The ALPIN Sentiment Dictionary: Austrian Language Polarity in Newspapers
Authors/Creators
- 1. TU Wien
- 2. Austrian Academy of Sciences
- 3. University of Vienna
Description
These datasets are part of the submitted paper for the LREC2022 conference entitled: "The ALPIN Sentiment Dictionary: Austrian Language Polarity in Newspapers"
The various data sources, as well as the methodology, are explained in detail in the research paper which will be available soon.
ALPIN stands for Austrian Language Polarity in Newspapers. The dictionary consists of three different parts which were merged together:
- Austrian Media Corpus: AMC (AMC_v1.0.csv)

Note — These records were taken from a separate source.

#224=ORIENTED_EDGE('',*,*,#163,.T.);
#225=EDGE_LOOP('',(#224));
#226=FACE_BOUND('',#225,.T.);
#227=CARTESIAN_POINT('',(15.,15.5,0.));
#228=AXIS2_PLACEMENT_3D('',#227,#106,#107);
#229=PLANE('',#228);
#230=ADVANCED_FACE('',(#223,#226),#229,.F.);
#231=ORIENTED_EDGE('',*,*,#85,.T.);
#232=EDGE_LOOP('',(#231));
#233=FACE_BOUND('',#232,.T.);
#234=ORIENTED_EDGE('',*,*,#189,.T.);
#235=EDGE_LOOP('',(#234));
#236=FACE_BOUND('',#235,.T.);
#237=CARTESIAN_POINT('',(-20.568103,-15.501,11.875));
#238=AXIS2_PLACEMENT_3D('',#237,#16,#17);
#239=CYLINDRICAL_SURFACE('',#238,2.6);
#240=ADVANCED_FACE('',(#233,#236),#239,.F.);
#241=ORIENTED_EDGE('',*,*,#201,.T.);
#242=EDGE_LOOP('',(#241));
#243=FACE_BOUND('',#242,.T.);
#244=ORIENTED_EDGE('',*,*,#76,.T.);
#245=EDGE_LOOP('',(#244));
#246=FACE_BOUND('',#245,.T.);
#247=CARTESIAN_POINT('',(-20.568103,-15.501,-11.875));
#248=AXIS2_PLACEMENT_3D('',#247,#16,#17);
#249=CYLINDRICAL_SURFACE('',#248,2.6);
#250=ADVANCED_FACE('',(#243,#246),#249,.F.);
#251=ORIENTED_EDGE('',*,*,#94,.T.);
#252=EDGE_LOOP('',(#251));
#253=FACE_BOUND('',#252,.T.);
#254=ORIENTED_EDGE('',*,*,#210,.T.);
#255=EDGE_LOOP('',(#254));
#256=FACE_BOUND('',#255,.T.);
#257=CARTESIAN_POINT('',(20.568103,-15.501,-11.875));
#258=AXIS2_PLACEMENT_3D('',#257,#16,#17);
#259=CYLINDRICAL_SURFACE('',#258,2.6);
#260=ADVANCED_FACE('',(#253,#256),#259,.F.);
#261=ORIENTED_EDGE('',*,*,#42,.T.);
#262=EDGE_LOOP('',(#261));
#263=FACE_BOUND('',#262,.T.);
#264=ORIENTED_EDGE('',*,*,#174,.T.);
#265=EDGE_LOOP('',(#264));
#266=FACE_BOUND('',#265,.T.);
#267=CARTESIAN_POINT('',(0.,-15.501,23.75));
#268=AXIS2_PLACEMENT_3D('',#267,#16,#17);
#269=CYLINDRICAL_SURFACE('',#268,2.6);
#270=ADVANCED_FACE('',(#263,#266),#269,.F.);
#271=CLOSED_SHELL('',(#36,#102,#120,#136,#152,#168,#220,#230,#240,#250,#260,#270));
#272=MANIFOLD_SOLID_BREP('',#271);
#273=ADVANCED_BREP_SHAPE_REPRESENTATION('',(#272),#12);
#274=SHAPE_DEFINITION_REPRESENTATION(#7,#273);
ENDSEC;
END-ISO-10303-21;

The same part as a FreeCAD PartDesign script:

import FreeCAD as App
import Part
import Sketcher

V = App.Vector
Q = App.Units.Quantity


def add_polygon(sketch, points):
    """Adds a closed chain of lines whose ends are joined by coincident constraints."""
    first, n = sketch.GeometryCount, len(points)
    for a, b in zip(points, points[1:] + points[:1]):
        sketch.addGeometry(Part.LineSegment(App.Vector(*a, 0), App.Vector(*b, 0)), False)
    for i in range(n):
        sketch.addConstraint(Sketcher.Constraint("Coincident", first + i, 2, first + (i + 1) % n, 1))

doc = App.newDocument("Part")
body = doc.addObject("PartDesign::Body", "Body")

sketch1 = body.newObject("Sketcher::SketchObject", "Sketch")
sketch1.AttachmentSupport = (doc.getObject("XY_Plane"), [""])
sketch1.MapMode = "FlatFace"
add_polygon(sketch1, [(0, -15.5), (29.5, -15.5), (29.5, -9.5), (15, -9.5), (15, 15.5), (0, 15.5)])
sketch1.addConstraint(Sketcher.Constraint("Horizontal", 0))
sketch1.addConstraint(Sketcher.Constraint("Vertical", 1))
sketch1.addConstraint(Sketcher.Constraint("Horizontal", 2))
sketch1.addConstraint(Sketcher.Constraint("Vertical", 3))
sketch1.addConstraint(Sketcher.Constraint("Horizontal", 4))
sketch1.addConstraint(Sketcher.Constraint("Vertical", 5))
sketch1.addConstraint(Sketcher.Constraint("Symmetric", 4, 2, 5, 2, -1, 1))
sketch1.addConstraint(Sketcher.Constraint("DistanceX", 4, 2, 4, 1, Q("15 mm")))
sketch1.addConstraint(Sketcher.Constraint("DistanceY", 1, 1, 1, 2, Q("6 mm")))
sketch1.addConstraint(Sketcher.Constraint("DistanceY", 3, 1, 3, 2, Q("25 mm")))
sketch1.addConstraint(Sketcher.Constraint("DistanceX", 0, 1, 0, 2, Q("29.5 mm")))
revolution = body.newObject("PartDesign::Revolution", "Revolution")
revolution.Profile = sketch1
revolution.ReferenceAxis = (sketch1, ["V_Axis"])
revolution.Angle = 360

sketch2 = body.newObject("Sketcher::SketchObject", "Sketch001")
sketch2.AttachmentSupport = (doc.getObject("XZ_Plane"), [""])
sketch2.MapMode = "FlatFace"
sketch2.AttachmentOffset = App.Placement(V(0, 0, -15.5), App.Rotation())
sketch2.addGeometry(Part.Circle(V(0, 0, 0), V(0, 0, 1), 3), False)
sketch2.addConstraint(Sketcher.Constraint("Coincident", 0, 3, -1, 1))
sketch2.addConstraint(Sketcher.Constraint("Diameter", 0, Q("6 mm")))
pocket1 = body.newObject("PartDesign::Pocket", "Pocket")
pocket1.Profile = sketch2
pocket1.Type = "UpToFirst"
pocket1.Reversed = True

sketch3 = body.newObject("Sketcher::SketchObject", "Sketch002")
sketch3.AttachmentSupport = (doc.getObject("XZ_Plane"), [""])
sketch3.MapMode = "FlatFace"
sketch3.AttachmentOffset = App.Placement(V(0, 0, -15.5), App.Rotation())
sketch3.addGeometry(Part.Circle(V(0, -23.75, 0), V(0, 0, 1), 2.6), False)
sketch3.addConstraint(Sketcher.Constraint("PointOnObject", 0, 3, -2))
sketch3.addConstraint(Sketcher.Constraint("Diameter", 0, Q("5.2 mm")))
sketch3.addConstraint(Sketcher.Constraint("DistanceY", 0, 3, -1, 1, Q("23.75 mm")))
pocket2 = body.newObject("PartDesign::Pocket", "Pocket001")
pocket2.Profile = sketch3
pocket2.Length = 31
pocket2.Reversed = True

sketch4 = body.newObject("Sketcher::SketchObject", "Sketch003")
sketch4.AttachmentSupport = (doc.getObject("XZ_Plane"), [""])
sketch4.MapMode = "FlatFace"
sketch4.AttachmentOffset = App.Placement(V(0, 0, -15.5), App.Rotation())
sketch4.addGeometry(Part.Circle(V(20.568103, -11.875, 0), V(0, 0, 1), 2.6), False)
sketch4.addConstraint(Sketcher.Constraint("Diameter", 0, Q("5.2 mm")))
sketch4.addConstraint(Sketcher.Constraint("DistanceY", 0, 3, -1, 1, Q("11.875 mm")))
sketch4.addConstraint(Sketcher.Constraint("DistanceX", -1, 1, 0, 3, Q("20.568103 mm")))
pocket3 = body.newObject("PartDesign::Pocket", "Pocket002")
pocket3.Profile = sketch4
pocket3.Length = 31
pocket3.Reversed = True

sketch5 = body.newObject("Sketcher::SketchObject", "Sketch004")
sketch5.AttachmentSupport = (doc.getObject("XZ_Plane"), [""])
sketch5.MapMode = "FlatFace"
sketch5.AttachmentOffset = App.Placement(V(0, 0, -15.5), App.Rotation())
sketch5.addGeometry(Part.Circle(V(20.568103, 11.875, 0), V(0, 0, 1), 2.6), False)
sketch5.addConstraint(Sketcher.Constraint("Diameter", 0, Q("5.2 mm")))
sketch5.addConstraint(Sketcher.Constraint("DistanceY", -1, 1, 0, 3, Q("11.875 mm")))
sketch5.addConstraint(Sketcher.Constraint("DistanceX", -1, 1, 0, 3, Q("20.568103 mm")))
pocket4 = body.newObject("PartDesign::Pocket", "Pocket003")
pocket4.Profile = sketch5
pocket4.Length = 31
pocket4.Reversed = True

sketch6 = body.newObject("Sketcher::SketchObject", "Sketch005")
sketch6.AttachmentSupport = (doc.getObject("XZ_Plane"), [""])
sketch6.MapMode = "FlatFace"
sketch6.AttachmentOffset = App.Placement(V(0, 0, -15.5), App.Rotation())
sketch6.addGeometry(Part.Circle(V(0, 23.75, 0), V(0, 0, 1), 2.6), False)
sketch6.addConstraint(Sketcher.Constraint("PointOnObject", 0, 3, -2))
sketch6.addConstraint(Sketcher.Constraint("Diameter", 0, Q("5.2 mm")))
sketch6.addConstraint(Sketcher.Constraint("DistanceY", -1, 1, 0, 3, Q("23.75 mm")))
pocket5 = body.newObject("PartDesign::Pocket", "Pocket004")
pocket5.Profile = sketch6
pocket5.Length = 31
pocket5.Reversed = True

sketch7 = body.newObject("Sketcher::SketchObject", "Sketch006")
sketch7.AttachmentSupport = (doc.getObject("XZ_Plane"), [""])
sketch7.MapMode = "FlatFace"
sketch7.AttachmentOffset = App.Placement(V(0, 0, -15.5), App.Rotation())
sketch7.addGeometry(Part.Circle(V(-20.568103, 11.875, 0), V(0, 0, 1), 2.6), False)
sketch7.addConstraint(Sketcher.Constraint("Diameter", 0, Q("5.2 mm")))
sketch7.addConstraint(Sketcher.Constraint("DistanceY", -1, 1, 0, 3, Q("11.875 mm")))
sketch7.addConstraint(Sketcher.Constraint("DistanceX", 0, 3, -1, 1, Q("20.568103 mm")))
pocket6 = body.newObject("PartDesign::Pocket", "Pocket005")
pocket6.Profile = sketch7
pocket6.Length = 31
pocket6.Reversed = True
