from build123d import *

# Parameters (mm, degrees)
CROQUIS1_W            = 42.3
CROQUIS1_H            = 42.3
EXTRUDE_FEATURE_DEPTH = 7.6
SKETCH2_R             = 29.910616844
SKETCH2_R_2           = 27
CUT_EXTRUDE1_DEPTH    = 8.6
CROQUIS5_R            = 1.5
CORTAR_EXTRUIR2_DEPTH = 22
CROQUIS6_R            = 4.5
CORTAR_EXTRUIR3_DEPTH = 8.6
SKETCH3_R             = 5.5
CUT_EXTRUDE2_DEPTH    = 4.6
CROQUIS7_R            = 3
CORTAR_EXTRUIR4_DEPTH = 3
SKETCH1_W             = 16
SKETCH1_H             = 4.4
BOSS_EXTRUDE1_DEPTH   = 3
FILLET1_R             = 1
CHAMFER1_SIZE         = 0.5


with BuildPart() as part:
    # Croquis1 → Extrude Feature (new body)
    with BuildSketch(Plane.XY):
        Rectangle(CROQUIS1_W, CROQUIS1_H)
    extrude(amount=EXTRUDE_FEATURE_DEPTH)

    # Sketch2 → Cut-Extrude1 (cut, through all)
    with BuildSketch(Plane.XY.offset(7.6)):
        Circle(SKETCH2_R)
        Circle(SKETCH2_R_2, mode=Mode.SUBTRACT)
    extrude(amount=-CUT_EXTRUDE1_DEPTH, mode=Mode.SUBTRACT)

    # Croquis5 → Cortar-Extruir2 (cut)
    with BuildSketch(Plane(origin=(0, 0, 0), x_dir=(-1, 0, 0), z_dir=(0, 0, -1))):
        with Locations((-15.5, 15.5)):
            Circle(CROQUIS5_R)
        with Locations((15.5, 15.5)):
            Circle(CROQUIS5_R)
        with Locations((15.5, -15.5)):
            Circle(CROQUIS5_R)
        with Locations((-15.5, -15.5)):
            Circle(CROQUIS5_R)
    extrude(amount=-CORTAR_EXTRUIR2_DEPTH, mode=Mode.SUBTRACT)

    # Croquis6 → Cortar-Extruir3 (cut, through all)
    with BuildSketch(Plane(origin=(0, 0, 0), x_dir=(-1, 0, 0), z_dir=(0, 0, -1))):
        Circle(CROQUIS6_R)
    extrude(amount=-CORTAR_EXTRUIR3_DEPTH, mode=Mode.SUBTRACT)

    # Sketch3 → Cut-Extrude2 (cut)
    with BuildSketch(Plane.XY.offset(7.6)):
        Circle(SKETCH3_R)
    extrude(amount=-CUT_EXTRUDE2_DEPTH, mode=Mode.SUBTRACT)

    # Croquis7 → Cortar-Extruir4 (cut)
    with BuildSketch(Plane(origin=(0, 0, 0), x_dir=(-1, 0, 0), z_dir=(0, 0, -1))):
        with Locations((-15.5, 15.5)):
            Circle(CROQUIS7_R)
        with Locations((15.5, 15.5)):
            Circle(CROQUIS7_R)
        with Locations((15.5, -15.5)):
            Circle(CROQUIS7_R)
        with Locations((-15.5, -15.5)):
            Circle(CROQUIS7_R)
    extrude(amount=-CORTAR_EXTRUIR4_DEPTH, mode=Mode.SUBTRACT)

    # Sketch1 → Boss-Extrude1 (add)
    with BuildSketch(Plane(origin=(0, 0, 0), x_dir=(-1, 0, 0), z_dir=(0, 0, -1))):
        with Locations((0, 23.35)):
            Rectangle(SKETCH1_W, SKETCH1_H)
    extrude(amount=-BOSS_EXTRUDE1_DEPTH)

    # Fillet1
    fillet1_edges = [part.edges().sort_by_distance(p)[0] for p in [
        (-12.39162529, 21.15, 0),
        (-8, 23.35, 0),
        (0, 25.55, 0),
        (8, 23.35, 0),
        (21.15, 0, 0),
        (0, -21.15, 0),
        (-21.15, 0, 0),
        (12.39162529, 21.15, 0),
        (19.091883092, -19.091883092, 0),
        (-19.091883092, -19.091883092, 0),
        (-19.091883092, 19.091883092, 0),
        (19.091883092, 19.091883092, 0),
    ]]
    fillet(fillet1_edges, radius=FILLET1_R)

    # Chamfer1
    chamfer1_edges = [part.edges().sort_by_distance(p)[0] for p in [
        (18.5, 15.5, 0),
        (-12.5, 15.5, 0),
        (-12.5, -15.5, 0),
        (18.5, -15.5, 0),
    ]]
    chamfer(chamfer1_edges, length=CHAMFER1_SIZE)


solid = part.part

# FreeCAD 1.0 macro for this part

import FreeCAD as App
import Part
import Sketcher
from FreeCAD import Vector


def edges_at(feature, points):
    """Names of the edges that pass closest to the given points."""
    edges = feature.Shape.Edges
    near = lambda p: min(range(len(edges)), key=lambda i: edges[i].distToShape(Part.Vertex(*p))[0])
    return sorted({f"Edge{near(p) + 1}" for p in points})


def add_polygon(sketch, points):
    """Adds a closed chain of lines whose ends are joined by coincident constraints."""
    first, n = sketch.GeometryCount, len(points)
    for a, b in zip(points, points[1:] + points[:1]):
        sketch.addGeometry(Part.LineSegment(App.Vector(*a, 0), App.Vector(*b, 0)), False)
    for i in range(n):
        sketch.addConstraint(Sketcher.Constraint("Coincident", first + i, 2, first + (i + 1) % n, 1))

doc = App.newDocument("Part")
body = doc.addObject("PartDesign::Body", "Body")

sketch1 = body.newObject("Sketcher::SketchObject", "Sketch")
sketch1.AttachmentSupport = (doc.getObject("XY_Plane"), [""])
sketch1.MapMode = "FlatFace"
add_polygon(sketch1, [(-21.15, 21.15), (-21.15, -21.15), (21.15, -21.15), (21.15, 21.15)])
sketch1.addConstraint(Sketcher.Constraint("Vertical", 0))
sketch1.addConstraint(Sketcher.Constraint("Horizontal", 1))
sketch1.addConstraint(Sketcher.Constraint("Vertical", 2))
sketch1.addConstraint(Sketcher.Constraint("Horizontal", 3))
sketch1.addConstraint(Sketcher.Constraint("Symmetric", 0, 2, 2, 2, -1, 1))
sketch1.addConstraint(Sketcher.Constraint("Equal", 3, 0))
sketch1.addConstraint(Sketcher.Constraint("DistanceX", 1, 1, 1, 2, 42.3))
pad1 = body.newObject("PartDesign::Pad", "Pad")
pad1.Profile = sketch1
pad1.Length = 7.6

sketch2 = body.newObject("Sketcher::SketchObject", "Sketch001")
sketch2.AttachmentSupport = (doc.getObject("XY_Plane"), [""])
sketch2.MapMode = "FlatFace"
sketch2.AttachmentOffset = App.Placement(Vector(0, 0, 7.6), App.Rotation())
sketch2.addGeometry(Part.Circle(Vector(0, 0, 0), Vector(0, 0, 1), 29.910617), False)
sketch2.addGeometry(Part.Circle(Vector(0, 0, 0), Vector(0, 0, 1), 27), False)
sketch2.addConstraint(Sketcher.Constraint("Coincident", 0, 3, -1, 1))
sketch2.addConstraint(Sketcher.Constraint("Coincident", 1, 3, -1, 1))
sketch2.addConstraint(Sketcher.Constraint("Diameter", 1, 54.0))
sketch2.addConstraint(Sketcher.Constraint("Diameter", 0, 59.821234))
pocket1 = body.newObject("PartDesign::Pocket", "Pocket")
pocket1.Profile = sketch2
pocket1.Type = "ThroughAll"

sketch3 = body.newObject("Sketcher::SketchObject", "Sketch002")
sketch3.AttachmentSupport = (doc.getObject("XY_Plane"), [""])
sketch3.MapMode = "FlatFace"
sketch3.addGeometry(Part.Circle(Vector(15.5, 15.5, 0), Vector(0, 0, 1), 1.5), False)
sketch3.addGeometry(Part.Circle(Vector(-15.5, 15.5, 0), Vector(0, 0, 1), 1.5), False)
sketch3.addGeometry(Part.Circle(Vector(-15.5, -15.5, 0), Vector(0, 0, 1), 1.5), False)
sketch3.addGeometry(Part.Circle(Vector(15.5, -15.5, 0), Vector(0, 0, 1), 1.5), False)
sketch3.addConstraint(Sketcher.Constraint("Equal", 0, 1))
sketch3.addConstraint(Sketcher.Constraint("Equal", 1, 2))
sketch3.addConstraint(Sketcher.Constraint("Equal", 2, 3))
sketch3.addConstraint(Sketcher.Constraint("Symmetric", 0, 3, 2, 3, -1, 1))
sketch3.addConstraint(Sketcher.Constraint("Symmetric", 1, 3, 3, 3, -1, 1))
sketch3.addConstraint(Sketcher.Constraint("Symmetric", 0, 3, 1, 3, -2))
sketch3.addConstraint(Sketcher.Constraint("Diameter", 0, 3.0))
sketch3.addConstraint(Sketcher.Constraint("DistanceX", 1, 3, 0, 3, 31.0))
sketch3.addConstraint(Sketcher.Constraint("DistanceY", 2, 3, 1, 3, 31.0))
pocket2 = body.newObject("PartDesign::Pocket", "Pocket001")
pocket2.Profile = sketch3
pocket2.Length = 22
pocket2.Reversed = True

sketch4 = body.newObject("Sketcher::SketchObject", "Sketch003")
sketch4.AttachmentSupport = (doc.getObject("XY_Plane"), [""])
sketch4.MapMode = "FlatFace"
sketch4.addGeometry(Part.Circle(Vector(0, 0, 0), Vector(0, 0, 1), 4.5), False)
sketch4.addConstraint(Sketcher.Constraint("Coincident", 0, 3, -1, 1))
sketch4.addConstraint(Sketcher.Constraint("Diameter", 0, 9.0))
pocket3 = body.newObject("PartDesign::Pocket", "Pocket002")
pocket3.Profile = sketch4
pocket3.Type = "ThroughAll"
pocket3.Reversed = True

sketch5 = body.newObject("Sketcher::SketchObject", "Sketch004")
sketch5.AttachmentSupport = (doc.getObject("XY_Plane"), [""])
sketch5.MapMode = "FlatFace"
sketch5.AttachmentOffset = App.Placement(Vector(0, 0, 7.6), App.Rotation())
sketch5.addGeometry(Part.Circle(Vector(0, 0, 0), Vector(0, 0, 1), 5.5), False)
sketch5.addConstraint(Sketcher.Constraint("Coincident", 0, 3, -1, 1))
sketch5.addConstraint(Sketcher.Constraint("Diameter", 0, 11.0))
pocket4 = body.newObject("PartDesign::Pocket", "Pocket003")
pocket4.Profile = sketch5
pocket4.Length = 4.6

sketch6 = body.newObject("Sketcher::SketchObject", "Sketch005")
sketch6.AttachmentSupport = (doc.getObject("XY_Plane"), [""])
sketch6.MapMode = "FlatFace"
sketch6.addGeometry(Part.Circle(Vector(15.5, 15.5, 0), Vector(0, 0, 1), 3), False)
sketch6.addGeometry(Part.Circle(Vector(-15.5, 15.5, 0), Vector(0, 0, 1), 3), False)
sketch6.addGeometry(Part.Circle(Vector(-15.5, -15.5, 0), Vector(0, 0, 1), 3), False)
sketch6.addGeometry(Part.Circle(Vector(15.5, -15.5, 0), Vector(0, 0, 1), 3), False)
sketch6.addConstraint(Sketcher.Constraint("Equal", 0, 1))
sketch6.addConstraint(Sketcher.Constraint("Equal", 1, 2))
sketch6.addConstraint(Sketcher.Constraint("Equal", 2, 3))
sketch6.addConstraint(Sketcher.Constraint("Symmetric", 0, 3, 2, 3, -1, 1))
sketch6.addConstraint(Sketcher.Constraint("Symmetric", 1, 3, 3, 3, -1, 1))
sketch6.addConstraint(Sketcher.Constraint("Symmetric", 0, 3, 1, 3, -2))
sketch6.addConstraint(Sketcher.Constraint("Diameter", 0, 6.0))
sketch6.addConstraint(Sketcher.Constraint("DistanceX", 1, 3, 0, 3, 31.0))
sketch6.addConstraint(Sketcher.Constraint("DistanceY", 2, 3, 1, 3, 31.0))
pocket5 = body.newObject("PartDesign::Pocket", "Pocket004")
pocket5.Profile = sketch6
pocket5.Length = 3
pocket5.Reversed = True

sketch7 = body.newObject("Sketcher::SketchObject", "Sketch006")
sketch7.AttachmentSupport = (doc.getObject("XY_Plane"), [""])
sketch7.MapMode = "FlatFace"
add_polygon(sketch7, [(8, 25.55), (8, 21.15), (-8, 21.15), (-8, 25.55)])
sketch7.addConstraint(Sketcher.Constraint("Vertical", 0))
sketch7.addConstraint(Sketcher.Constraint("Horizontal", 1))
sketch7.addConstraint(Sketcher.Constraint("Vertical", 2))
sketch7.addConstraint(Sketcher.Constraint("Horizontal", 3))
sketch7.addConstraint(Sketcher.Constraint("DistanceX", 1, 2, 1, 1, 16.0))
sketch7.addConstraint(Sketcher.Constraint("DistanceY", 0, 2, 0, 1, 4.4))
sketch7.addConstraint(Sketcher.Constraint("DistanceX", -1, 1, 0, 2, 8.0))
sketch7.addConstraint(Sketcher.Constraint("DistanceY", -1, 1, 0, 2, 21.15))
pad2 = body.newObject("PartDesign::Pad", "Pad001")
pad2.Profile = sketch7
pad2.Length = 3
doc.recompute()

fillet = body.newObject("PartDesign::Fillet", "Fillet")
fillet.Base = (pad2, edges_at(pad2, [
    (-12.392, 21.15, 0),
    (-8, 23.35, 0),
    (0, 25.55, 0),
    (8, 23.35, 0),
    (21.15, 0, 0),
    (0, -21.15, 0),
    (-21.15, 0, 0),
    (12.392, 21.15, 0),
    (19.092, -19.092, 0),
    (-19.092, -19.092, 0),
    (-19.092, 19.092, 0),
    (19.092, 19.092, 0),
]))
fillet.Radius = 1
doc.recompute()

chamfer = body.newObject("PartDesign::Chamfer", "Chamfer")
chamfer.Base = (fillet, edges_at(fillet, [
    (18.5, 15.5, 0),
    (-12.5, 15.5, 0),
    (-12.5, -15.5, 0),
    (18.5, -15.5, 0),
]))
chamfer.Size = 0.5

doc.recompute()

- STANDARD posts: STP (STP_v1.0.csv)
- Austriacisms: AUT (AUT_v1.0.csv)
Austrian Media Corpus (AMC) (Ransmayr et al., 2017) & STANDARD posts (STP) (Schabus et al., 2017) rely on the SPLM algorithm as used in SentiDraw (Sharma & Dutta 2021). Austriacisms (AUT) was generated by using the Best-Worst scaling (BWS) (Kiritchenko and Mohammad, 2017b). The AUT list was collected from the “Variantenwörterbuch des Deutschen” (Ammon et al., 2016) (thereby only selecting those words that only surface in Austrian German and in no other variety of German) and an austriacism list of Wikipedia (https://de.wikipedia.org/wiki/Liste_von_Austriazismen).
The scores are scaled to the interval [-1, 1] using the min-max-abs scaling, ranging from negative to positive.
References:
Sharma, S. S., & Dutta, G. (2021). SentiDraw: Using star ratings of reviews to develop domain specific sentiment lexicon for polarity determination. Information Processing & Management, 58(1), 102412.
Kiritchenko, S. and Mohammad, S. M. (2017b). Capturing reliable fine-grained sentiment associations by crowdsourcing and best-worst scaling.
Schabus, D., Skowron, M., & Trapp, M. (2017). One Million Posts: A Data Set of German Online Discussions. Proceedings of the 40th International ACM SIGIR Conference on Research and Development in Information Retrieval, 1241–1244. https://doi.org/10.1145/3077136.3080711
Ransmayr, J., Mörth, K., & Ďurčo, M. (2017). AMC (Austrian Media Corpus). In Korpusbasierte Forschungen zum österreichischen Deutsch. In Digitale Methoden der Korpusforschung in Österreich (= Veröffentlichungen zur Linguistik und Kommunikationsforschung Nr. 30) (pp. 27–38). Verlag der Österreichischen Akademie der Wissenschaften.
Ammon, U., Bickel, H., & Ebner, J. (2016). Variantenwörterbuch des Deutschen : die Standardsprache in Österreich, der Schweiz, Deutschland, Liechtenstein, Luxemburg, Ostbelgien und Südtirol sowie Rumänien, Namibia und Mennonitensiedlungen. Walter de Gruyter.